START DATA FOR REVIEW
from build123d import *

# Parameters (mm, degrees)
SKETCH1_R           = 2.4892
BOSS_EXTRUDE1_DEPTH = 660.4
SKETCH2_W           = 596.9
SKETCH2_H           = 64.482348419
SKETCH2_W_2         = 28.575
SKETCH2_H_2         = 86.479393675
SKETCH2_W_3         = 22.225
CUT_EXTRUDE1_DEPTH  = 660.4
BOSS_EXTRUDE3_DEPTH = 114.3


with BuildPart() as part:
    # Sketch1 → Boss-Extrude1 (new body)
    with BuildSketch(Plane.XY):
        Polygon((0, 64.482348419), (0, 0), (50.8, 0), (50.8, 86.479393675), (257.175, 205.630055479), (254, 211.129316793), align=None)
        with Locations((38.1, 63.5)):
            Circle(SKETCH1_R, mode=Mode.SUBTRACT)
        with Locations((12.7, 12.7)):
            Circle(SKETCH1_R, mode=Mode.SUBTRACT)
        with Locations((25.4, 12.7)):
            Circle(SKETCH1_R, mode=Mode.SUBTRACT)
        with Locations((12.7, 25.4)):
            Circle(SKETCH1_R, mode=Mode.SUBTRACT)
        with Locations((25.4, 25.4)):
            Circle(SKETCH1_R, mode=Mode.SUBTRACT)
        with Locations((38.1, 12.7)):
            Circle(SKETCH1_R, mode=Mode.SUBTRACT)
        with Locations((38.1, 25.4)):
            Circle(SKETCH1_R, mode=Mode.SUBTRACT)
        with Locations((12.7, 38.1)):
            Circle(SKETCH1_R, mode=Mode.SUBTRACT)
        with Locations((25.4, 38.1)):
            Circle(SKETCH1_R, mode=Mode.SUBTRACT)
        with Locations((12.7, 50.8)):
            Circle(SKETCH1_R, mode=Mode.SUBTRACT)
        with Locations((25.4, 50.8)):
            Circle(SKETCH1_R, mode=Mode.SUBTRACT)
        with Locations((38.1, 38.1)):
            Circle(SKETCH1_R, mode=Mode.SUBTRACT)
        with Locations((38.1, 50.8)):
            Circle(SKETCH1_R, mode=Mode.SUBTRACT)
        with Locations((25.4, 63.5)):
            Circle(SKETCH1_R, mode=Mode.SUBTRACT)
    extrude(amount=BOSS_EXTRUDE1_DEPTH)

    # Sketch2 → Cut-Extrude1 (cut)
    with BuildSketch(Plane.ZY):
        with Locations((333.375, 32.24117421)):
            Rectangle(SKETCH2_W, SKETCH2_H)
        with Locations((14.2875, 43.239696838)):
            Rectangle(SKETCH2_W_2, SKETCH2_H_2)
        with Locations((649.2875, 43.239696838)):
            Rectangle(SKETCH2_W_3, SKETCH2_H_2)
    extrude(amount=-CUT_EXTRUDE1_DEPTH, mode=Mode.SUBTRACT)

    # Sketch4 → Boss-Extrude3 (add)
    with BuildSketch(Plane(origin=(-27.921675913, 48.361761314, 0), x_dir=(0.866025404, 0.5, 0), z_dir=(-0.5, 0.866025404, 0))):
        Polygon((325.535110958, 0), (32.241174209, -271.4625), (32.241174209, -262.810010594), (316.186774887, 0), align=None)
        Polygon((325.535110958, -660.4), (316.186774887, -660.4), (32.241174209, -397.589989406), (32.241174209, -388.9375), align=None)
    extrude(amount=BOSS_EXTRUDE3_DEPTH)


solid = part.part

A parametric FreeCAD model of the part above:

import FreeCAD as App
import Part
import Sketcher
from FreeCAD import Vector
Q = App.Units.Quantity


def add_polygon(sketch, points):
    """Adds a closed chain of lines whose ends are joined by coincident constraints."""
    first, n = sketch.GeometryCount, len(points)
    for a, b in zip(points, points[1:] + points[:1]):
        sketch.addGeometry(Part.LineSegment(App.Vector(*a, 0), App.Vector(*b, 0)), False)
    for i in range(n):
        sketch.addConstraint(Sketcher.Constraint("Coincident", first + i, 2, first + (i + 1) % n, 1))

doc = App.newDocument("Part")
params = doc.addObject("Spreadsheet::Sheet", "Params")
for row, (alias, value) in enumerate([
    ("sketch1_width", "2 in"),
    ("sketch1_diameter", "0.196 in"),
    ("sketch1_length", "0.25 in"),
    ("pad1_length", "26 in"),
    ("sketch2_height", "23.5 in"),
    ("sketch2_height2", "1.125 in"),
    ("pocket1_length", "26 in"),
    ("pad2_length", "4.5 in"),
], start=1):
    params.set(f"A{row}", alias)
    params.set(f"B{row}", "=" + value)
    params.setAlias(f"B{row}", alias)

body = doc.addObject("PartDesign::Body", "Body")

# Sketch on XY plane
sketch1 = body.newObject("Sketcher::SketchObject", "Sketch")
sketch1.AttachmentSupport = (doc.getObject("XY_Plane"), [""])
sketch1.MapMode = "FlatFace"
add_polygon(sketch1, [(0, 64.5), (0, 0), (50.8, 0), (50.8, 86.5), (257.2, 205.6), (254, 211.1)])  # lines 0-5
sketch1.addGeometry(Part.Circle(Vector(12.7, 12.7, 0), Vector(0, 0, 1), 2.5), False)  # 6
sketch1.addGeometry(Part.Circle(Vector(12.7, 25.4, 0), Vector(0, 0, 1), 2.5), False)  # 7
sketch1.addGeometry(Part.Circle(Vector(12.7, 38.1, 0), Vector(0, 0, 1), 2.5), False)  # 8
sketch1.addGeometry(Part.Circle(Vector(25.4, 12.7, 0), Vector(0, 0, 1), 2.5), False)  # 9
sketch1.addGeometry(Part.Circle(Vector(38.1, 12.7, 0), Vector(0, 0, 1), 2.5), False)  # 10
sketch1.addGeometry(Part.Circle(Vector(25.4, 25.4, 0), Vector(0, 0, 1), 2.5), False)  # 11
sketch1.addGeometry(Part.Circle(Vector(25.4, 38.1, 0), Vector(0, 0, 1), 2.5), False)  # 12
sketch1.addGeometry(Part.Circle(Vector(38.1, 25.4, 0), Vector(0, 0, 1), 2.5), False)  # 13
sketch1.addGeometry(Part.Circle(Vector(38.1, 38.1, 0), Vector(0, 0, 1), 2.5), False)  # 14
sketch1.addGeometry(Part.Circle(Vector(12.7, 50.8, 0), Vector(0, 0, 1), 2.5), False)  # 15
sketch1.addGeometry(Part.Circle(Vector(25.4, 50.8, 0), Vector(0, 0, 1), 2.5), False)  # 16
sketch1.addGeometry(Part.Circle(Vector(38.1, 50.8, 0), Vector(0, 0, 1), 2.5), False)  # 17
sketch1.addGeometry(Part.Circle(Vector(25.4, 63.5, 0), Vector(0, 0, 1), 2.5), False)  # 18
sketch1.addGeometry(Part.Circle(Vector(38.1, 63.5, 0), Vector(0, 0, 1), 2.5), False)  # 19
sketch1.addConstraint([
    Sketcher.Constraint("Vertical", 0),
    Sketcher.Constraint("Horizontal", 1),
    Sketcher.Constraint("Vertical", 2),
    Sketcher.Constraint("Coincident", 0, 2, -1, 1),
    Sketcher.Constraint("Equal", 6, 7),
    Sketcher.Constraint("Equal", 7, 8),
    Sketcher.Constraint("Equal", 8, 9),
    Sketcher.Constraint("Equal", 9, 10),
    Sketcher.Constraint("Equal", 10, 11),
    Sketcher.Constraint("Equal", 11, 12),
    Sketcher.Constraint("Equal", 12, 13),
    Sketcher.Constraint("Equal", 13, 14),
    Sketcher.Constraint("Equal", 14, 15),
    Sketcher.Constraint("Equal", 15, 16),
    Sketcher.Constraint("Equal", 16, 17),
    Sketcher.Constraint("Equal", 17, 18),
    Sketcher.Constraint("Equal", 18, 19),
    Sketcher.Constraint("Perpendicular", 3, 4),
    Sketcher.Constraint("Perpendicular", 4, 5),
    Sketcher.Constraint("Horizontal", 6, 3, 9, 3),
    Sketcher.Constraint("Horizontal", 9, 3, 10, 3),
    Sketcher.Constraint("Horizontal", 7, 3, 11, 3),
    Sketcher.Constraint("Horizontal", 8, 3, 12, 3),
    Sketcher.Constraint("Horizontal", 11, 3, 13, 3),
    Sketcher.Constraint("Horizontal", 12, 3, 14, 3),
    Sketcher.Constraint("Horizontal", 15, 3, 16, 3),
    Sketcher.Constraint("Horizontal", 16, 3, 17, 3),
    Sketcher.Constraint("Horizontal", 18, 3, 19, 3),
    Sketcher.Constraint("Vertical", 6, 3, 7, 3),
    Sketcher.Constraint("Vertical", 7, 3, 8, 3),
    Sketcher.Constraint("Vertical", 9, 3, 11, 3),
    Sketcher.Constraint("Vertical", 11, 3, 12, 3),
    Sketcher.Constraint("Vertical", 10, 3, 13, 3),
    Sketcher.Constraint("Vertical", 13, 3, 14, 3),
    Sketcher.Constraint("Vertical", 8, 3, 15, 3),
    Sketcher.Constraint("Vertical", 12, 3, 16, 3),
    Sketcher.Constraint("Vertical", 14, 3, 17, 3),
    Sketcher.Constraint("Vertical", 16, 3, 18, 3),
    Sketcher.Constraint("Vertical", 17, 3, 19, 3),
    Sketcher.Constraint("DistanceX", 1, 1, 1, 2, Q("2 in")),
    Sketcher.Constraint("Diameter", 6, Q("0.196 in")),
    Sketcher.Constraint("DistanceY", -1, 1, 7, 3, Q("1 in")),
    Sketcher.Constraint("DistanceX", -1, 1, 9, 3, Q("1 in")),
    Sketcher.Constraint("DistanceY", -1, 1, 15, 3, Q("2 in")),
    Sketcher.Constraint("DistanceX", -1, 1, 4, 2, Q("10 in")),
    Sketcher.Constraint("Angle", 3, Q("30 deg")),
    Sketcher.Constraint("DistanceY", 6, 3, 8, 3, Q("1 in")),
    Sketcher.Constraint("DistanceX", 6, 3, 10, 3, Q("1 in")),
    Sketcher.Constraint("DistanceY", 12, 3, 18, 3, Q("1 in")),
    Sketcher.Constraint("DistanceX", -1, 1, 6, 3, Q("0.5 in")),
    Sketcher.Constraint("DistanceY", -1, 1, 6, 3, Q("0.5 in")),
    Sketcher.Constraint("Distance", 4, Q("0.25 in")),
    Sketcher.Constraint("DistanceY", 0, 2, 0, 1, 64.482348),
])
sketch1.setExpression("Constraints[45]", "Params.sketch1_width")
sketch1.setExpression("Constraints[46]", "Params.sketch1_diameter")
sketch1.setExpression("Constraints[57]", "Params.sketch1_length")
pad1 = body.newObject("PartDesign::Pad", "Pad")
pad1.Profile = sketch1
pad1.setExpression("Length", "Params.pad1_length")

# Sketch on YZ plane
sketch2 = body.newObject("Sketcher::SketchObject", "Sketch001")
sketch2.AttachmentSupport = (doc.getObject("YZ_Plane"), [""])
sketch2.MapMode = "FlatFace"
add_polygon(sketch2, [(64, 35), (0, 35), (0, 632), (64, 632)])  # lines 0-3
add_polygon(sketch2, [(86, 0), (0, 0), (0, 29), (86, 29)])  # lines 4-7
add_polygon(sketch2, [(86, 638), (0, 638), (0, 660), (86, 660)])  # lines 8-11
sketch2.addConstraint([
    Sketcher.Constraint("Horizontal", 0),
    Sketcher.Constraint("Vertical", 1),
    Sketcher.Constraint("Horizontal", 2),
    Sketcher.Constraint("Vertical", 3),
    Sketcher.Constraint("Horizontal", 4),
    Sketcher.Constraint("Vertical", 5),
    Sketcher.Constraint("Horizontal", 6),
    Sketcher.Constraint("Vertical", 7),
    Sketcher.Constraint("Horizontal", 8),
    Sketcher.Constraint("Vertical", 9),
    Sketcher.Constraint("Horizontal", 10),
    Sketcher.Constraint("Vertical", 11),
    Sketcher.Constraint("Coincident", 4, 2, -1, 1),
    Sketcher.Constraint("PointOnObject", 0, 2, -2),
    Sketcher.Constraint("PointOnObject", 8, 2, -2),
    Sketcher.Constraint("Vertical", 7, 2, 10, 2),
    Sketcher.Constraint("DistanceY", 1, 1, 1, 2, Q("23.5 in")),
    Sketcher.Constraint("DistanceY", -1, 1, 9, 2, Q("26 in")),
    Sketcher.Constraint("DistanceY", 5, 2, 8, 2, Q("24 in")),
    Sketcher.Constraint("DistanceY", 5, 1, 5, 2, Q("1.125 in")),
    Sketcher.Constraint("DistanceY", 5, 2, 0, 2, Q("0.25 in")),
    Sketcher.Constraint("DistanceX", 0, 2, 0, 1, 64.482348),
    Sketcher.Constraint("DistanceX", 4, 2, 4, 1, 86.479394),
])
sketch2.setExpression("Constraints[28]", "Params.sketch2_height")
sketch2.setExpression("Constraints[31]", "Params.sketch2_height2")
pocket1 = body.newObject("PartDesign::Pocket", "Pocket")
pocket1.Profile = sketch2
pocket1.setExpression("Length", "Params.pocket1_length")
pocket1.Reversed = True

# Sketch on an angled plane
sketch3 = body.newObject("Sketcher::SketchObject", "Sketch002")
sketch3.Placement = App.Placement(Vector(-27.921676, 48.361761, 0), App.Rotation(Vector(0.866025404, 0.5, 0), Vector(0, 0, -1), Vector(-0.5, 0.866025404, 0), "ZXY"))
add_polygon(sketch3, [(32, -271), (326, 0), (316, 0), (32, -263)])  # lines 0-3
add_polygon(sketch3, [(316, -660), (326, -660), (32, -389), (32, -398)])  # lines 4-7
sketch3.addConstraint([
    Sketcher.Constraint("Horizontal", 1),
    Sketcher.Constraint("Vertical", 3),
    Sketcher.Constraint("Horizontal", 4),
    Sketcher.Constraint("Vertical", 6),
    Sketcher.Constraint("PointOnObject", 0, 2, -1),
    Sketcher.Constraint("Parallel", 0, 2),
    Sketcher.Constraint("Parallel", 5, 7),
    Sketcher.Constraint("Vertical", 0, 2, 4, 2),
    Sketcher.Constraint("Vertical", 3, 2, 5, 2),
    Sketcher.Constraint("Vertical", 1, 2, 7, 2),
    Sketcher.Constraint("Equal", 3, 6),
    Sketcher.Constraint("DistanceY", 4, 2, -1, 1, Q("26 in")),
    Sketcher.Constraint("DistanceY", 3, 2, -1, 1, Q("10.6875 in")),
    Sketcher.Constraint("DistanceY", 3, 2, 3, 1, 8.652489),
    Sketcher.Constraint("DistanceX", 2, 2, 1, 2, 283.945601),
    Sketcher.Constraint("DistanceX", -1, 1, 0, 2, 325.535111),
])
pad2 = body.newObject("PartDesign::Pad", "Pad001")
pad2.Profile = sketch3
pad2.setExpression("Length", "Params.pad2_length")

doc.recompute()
END DATA FOR REVIEW
The reply should hold only how many lines in the material include the word "align".

**TASK RESULT**
3